__Task item__. Return, from the listing below, each line where the word "ThreePointArc" appears.
★ ★ ★ ★ ★ ★ ★
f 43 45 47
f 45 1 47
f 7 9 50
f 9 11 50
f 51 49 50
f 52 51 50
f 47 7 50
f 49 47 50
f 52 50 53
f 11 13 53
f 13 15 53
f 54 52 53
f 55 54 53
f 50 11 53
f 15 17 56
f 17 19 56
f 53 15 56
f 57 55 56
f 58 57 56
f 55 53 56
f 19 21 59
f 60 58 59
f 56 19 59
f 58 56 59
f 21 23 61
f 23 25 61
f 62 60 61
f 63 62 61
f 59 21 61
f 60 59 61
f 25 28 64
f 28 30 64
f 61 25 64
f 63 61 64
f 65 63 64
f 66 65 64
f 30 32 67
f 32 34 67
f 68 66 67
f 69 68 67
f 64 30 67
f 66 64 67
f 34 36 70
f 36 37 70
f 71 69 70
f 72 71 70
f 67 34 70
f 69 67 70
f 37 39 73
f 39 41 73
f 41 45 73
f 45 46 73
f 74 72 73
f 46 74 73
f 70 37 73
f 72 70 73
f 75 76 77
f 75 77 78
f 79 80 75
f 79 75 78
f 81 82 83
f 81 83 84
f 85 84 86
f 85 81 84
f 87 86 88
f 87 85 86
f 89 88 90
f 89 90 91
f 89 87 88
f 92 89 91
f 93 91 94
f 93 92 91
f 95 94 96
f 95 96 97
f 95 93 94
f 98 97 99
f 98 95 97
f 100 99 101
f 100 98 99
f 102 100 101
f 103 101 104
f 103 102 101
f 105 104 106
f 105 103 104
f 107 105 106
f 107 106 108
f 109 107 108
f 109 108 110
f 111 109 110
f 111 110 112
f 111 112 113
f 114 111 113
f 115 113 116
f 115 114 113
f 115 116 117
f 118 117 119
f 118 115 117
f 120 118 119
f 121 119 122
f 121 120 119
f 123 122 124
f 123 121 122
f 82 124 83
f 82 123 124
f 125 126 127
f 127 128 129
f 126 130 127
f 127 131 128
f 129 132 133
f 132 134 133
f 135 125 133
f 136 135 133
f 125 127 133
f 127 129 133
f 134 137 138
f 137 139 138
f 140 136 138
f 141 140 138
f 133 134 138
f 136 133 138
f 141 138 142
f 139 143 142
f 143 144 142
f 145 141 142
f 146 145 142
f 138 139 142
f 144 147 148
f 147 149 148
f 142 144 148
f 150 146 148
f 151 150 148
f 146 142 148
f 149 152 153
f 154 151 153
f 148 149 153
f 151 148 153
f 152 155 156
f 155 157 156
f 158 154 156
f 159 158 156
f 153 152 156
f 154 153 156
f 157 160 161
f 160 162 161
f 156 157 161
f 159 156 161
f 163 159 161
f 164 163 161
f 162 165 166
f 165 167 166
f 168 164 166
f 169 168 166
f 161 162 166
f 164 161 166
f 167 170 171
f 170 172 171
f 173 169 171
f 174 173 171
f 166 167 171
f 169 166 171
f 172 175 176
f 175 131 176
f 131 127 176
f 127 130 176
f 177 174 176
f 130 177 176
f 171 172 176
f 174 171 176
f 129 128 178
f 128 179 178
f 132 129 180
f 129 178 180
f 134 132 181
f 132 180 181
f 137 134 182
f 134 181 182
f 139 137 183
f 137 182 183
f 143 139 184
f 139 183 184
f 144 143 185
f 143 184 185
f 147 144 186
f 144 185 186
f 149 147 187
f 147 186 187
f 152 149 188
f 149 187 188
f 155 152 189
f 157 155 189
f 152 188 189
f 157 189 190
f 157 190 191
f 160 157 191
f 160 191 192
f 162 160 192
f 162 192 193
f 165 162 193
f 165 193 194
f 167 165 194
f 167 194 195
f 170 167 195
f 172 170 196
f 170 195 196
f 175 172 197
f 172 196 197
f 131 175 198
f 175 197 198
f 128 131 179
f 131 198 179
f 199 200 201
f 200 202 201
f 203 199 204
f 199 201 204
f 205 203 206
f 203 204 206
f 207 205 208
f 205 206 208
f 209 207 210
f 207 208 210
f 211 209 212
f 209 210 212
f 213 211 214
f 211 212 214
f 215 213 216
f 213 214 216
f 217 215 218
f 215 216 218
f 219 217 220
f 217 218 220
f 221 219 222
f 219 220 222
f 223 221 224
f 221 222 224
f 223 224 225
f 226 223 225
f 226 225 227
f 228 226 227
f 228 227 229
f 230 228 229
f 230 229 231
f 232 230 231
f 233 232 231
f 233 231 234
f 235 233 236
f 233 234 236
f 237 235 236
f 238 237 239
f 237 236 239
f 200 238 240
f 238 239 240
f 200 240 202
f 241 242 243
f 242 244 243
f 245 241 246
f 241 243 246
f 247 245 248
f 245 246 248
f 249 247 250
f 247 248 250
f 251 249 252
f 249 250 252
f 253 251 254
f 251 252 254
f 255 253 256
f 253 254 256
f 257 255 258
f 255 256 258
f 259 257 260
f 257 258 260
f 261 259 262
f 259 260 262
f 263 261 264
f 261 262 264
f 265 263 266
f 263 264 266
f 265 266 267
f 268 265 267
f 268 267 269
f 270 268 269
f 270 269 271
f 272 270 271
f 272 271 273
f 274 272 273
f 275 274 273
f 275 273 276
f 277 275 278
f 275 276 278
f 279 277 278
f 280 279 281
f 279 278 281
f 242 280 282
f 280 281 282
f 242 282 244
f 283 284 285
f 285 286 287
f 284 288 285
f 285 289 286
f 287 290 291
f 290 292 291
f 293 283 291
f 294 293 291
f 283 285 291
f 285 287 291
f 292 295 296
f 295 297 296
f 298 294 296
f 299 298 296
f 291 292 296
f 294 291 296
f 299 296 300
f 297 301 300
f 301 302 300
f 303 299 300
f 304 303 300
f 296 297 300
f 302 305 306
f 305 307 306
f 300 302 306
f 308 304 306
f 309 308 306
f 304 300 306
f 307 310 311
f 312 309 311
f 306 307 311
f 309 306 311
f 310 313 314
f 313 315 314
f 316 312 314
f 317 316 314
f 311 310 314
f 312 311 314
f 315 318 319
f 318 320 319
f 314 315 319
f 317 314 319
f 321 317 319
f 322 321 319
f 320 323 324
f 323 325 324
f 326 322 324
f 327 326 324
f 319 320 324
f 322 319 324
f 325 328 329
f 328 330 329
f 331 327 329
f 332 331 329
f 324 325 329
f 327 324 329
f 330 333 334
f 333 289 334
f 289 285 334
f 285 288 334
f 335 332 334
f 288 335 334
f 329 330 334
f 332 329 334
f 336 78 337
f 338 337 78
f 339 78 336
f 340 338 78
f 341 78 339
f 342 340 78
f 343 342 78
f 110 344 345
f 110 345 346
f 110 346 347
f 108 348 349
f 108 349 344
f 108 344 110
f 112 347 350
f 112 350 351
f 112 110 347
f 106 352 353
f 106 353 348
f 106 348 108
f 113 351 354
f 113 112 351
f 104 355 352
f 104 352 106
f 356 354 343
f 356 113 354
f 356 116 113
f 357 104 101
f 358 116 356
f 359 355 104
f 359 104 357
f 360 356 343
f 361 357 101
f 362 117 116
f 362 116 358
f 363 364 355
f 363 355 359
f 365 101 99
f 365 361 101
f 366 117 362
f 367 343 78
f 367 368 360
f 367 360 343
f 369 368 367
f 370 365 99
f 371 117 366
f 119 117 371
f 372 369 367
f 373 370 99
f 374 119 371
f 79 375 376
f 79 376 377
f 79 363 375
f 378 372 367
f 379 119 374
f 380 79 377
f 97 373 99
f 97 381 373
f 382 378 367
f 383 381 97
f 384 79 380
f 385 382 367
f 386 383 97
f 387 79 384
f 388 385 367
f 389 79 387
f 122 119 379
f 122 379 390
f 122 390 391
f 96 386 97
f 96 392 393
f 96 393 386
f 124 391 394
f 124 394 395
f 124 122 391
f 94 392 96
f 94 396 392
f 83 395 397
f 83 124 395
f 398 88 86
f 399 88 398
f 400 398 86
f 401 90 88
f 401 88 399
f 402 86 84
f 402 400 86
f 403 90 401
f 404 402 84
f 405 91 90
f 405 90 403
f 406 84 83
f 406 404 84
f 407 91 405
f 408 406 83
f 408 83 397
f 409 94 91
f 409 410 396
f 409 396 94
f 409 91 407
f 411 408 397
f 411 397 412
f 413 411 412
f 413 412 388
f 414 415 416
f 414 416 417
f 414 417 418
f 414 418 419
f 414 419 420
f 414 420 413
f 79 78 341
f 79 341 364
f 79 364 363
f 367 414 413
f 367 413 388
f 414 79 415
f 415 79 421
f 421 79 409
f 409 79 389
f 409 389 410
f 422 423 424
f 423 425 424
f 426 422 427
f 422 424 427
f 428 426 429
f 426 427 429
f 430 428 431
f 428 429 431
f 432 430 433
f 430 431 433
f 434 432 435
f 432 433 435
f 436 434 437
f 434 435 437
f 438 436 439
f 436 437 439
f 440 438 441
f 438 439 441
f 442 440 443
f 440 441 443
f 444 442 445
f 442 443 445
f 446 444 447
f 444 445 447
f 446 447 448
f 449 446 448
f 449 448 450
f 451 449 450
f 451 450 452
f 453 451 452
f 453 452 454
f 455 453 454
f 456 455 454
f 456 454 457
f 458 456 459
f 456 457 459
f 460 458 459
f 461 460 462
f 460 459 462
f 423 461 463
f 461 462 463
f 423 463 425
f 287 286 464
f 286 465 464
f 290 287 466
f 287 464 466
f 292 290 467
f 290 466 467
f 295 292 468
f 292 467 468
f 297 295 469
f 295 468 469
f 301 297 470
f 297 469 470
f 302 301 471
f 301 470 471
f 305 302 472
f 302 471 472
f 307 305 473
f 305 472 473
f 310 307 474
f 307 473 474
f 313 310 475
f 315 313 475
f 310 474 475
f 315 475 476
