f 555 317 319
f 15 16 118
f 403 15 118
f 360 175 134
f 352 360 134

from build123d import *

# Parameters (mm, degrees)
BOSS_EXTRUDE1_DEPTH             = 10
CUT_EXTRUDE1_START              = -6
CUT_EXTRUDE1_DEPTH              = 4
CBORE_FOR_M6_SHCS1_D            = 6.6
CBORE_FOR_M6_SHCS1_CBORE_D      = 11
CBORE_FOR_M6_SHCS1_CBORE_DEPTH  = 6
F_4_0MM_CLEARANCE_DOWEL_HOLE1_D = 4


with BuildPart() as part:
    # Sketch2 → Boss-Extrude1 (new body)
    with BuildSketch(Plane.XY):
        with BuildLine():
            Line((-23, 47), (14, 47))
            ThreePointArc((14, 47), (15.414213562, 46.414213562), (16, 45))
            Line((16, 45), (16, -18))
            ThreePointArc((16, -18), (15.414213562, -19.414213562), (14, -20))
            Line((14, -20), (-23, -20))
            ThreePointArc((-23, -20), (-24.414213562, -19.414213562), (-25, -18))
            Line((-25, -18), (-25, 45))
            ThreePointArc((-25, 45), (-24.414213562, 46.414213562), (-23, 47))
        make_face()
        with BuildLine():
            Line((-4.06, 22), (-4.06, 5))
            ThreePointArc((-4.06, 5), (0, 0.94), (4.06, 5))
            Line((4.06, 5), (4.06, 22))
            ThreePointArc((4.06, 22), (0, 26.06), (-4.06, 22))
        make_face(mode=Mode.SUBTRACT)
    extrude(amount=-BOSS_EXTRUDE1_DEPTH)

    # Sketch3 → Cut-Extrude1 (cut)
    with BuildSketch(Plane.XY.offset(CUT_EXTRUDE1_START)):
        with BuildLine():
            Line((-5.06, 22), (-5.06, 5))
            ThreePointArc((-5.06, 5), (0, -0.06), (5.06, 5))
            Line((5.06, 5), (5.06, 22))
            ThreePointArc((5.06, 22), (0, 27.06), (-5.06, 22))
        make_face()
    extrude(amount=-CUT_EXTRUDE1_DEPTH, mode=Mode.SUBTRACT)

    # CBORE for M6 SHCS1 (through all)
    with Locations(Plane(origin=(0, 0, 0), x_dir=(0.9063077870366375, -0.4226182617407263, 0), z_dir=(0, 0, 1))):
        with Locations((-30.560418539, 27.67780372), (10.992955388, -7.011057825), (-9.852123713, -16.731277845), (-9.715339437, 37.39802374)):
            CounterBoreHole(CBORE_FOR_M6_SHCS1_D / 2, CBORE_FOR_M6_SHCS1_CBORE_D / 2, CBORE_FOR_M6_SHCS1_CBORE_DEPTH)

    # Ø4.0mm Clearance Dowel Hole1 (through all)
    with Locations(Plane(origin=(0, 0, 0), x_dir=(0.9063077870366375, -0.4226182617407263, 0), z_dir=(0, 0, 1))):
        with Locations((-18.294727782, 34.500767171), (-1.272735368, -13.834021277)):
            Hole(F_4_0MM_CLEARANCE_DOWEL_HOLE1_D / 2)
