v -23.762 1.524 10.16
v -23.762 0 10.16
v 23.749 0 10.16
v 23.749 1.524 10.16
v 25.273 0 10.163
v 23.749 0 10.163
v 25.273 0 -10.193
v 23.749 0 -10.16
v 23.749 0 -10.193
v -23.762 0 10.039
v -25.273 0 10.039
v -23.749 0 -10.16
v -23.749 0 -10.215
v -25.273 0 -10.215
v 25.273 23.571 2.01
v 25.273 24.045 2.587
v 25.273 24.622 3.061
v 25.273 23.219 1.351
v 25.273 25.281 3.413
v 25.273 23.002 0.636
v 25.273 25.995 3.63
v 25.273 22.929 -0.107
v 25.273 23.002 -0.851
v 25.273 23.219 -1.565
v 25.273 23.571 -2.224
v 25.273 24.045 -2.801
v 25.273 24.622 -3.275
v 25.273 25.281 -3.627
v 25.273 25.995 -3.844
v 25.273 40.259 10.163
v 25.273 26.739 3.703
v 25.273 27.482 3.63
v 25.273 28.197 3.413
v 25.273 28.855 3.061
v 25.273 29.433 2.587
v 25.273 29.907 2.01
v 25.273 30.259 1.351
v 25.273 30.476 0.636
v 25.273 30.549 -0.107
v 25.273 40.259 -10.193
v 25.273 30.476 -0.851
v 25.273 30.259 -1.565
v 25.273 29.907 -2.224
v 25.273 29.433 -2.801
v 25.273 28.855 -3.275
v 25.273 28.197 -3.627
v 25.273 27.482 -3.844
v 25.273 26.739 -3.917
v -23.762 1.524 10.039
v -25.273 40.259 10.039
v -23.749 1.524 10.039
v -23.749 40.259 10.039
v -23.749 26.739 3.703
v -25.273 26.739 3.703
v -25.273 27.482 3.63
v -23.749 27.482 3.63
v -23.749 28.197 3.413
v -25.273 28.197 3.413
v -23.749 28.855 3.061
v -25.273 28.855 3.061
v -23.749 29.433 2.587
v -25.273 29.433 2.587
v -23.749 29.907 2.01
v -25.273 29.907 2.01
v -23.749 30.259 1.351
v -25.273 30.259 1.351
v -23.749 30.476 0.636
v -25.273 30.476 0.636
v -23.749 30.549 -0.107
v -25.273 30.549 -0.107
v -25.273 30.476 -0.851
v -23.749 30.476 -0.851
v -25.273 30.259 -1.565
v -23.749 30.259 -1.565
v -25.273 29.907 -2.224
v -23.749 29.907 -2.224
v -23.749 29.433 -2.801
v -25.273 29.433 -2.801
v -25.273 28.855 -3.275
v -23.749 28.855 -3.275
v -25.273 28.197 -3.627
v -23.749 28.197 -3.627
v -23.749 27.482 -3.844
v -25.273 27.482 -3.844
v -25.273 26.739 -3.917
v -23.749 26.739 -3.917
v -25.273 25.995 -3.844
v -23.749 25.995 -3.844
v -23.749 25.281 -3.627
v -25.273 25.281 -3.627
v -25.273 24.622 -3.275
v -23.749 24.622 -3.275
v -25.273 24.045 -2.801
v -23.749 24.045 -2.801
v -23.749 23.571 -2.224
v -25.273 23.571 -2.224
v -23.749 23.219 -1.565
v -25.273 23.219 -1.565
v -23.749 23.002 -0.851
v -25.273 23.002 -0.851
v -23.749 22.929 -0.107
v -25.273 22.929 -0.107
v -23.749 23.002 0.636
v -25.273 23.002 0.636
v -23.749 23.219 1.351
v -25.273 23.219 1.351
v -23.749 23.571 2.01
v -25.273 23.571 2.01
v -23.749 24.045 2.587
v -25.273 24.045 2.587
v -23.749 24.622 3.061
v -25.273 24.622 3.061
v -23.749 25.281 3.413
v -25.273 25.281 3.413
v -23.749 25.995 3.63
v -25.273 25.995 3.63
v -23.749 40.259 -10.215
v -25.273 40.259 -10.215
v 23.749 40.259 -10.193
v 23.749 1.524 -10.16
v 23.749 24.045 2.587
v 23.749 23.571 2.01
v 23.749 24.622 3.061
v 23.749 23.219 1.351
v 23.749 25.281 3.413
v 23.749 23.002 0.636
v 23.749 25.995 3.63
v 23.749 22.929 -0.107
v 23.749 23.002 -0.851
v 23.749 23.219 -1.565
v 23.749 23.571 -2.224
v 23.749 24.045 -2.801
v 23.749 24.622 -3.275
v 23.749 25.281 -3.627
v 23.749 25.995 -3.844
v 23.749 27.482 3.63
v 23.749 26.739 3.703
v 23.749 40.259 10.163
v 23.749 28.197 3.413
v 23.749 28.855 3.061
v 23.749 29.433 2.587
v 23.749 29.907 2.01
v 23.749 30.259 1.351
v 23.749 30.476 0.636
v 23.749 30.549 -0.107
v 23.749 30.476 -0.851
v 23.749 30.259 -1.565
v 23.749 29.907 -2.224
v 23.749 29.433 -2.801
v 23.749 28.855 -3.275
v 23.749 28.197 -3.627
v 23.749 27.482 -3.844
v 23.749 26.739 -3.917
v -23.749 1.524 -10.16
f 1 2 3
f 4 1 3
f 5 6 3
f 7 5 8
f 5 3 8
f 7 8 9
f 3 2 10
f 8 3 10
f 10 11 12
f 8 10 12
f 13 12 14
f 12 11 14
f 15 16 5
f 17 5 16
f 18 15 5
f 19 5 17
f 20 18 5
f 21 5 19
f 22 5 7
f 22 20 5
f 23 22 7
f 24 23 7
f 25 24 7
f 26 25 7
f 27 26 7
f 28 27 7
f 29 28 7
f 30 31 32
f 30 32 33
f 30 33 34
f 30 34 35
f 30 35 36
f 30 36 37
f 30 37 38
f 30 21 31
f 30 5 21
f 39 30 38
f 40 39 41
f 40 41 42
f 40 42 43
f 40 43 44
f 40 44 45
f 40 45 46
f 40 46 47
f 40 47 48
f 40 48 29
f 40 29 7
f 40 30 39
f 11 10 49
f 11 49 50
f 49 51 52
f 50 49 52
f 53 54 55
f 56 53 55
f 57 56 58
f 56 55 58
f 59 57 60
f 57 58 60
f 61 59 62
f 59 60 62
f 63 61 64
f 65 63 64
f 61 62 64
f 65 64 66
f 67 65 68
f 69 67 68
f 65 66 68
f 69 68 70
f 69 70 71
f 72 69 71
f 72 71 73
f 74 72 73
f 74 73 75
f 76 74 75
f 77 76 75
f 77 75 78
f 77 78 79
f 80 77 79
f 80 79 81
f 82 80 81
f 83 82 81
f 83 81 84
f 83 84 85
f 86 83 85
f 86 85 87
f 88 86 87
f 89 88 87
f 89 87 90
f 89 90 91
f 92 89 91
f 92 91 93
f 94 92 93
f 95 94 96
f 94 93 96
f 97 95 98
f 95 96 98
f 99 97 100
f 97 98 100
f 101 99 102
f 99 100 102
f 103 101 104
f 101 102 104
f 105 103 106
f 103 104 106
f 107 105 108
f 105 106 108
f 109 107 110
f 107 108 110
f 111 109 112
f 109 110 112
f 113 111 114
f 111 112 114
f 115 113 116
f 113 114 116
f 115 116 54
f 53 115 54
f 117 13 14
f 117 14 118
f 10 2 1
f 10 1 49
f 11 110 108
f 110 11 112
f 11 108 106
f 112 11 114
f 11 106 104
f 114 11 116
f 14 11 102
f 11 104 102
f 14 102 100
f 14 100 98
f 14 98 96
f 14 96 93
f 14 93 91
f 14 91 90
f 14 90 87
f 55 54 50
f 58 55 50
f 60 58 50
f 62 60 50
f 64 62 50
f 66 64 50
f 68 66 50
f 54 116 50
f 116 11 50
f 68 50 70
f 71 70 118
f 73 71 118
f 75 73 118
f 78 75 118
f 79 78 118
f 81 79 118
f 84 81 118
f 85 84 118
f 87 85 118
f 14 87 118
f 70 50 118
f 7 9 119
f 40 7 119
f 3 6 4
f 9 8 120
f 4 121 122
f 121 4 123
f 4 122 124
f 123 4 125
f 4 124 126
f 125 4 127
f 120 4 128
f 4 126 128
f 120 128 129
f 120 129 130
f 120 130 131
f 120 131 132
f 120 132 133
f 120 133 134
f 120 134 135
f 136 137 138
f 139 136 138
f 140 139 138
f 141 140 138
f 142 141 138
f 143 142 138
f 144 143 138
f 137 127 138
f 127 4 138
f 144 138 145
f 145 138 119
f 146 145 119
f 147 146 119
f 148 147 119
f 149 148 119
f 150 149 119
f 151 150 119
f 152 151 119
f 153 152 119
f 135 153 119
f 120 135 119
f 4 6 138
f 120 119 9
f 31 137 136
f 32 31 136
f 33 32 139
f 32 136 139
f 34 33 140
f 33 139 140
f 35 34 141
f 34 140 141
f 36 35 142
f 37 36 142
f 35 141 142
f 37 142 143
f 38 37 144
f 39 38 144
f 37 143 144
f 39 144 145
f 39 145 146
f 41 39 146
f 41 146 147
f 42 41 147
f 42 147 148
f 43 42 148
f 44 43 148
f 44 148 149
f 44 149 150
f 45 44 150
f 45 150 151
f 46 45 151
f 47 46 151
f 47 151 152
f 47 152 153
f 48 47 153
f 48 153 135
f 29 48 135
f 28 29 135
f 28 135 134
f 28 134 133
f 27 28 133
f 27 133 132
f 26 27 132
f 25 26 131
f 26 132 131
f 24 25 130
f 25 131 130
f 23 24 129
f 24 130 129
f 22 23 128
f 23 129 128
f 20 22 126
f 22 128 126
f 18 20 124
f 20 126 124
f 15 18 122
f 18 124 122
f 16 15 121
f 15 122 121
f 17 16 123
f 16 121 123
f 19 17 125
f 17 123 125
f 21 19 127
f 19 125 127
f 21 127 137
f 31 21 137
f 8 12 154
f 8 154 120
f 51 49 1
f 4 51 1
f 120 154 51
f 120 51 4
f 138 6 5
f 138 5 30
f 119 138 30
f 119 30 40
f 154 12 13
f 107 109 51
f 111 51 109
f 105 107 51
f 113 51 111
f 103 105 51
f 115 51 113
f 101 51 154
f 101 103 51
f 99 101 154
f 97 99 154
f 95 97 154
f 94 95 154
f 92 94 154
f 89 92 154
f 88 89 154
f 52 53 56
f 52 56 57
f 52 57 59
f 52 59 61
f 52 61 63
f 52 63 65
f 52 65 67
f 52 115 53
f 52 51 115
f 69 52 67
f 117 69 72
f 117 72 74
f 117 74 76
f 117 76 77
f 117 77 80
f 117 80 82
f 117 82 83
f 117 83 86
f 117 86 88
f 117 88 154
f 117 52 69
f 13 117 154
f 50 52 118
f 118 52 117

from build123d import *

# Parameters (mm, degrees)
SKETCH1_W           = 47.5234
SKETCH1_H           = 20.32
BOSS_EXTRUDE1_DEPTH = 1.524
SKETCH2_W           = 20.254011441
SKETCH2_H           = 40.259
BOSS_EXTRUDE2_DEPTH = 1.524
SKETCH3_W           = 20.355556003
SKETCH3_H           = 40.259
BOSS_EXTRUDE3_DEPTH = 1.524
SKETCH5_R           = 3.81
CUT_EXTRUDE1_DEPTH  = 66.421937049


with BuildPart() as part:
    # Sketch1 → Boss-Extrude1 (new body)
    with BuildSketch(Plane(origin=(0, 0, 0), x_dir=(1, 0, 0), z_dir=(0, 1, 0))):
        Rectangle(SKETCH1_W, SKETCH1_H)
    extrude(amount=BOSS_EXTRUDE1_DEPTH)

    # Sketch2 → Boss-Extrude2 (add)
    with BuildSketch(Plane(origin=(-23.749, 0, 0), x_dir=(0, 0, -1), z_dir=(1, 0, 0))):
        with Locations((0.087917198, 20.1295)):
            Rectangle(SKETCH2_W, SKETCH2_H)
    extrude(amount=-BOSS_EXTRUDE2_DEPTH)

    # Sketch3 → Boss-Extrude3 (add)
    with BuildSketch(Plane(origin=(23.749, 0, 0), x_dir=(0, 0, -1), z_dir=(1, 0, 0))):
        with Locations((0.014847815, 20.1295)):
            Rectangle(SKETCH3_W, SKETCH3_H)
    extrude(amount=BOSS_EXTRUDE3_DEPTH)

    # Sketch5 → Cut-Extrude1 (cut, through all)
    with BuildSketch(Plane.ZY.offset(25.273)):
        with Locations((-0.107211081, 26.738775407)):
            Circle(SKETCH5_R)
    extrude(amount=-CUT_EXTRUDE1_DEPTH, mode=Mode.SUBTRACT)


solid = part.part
★ ★ ★ ★ ★ ★ ★
__Solution__.
            ThreePointArc((14, 47), (15.414213562, 46.414213562), (16, 45))
            ThreePointArc((16, -18), (15.414213562, -19.414213562), (14, -20))
            ThreePointArc((-23, -20), (-24.414213562, -19.414213562), (-25, -18))
            ThreePointArc((-25, 45), (-24.414213562, 46.414213562), (-23, 47))
            ThreePointArc((-4.06, 5), (0, 0.94), (4.06, 5))
            ThreePointArc((4.06, 22), (0, 26.06), (-4.06, 22))
            ThreePointArc((-5.06, 5), (0, -0.06), (5.06, 5))
            ThreePointArc((5.06, 22), (0, 27.06), (-5.06, 22))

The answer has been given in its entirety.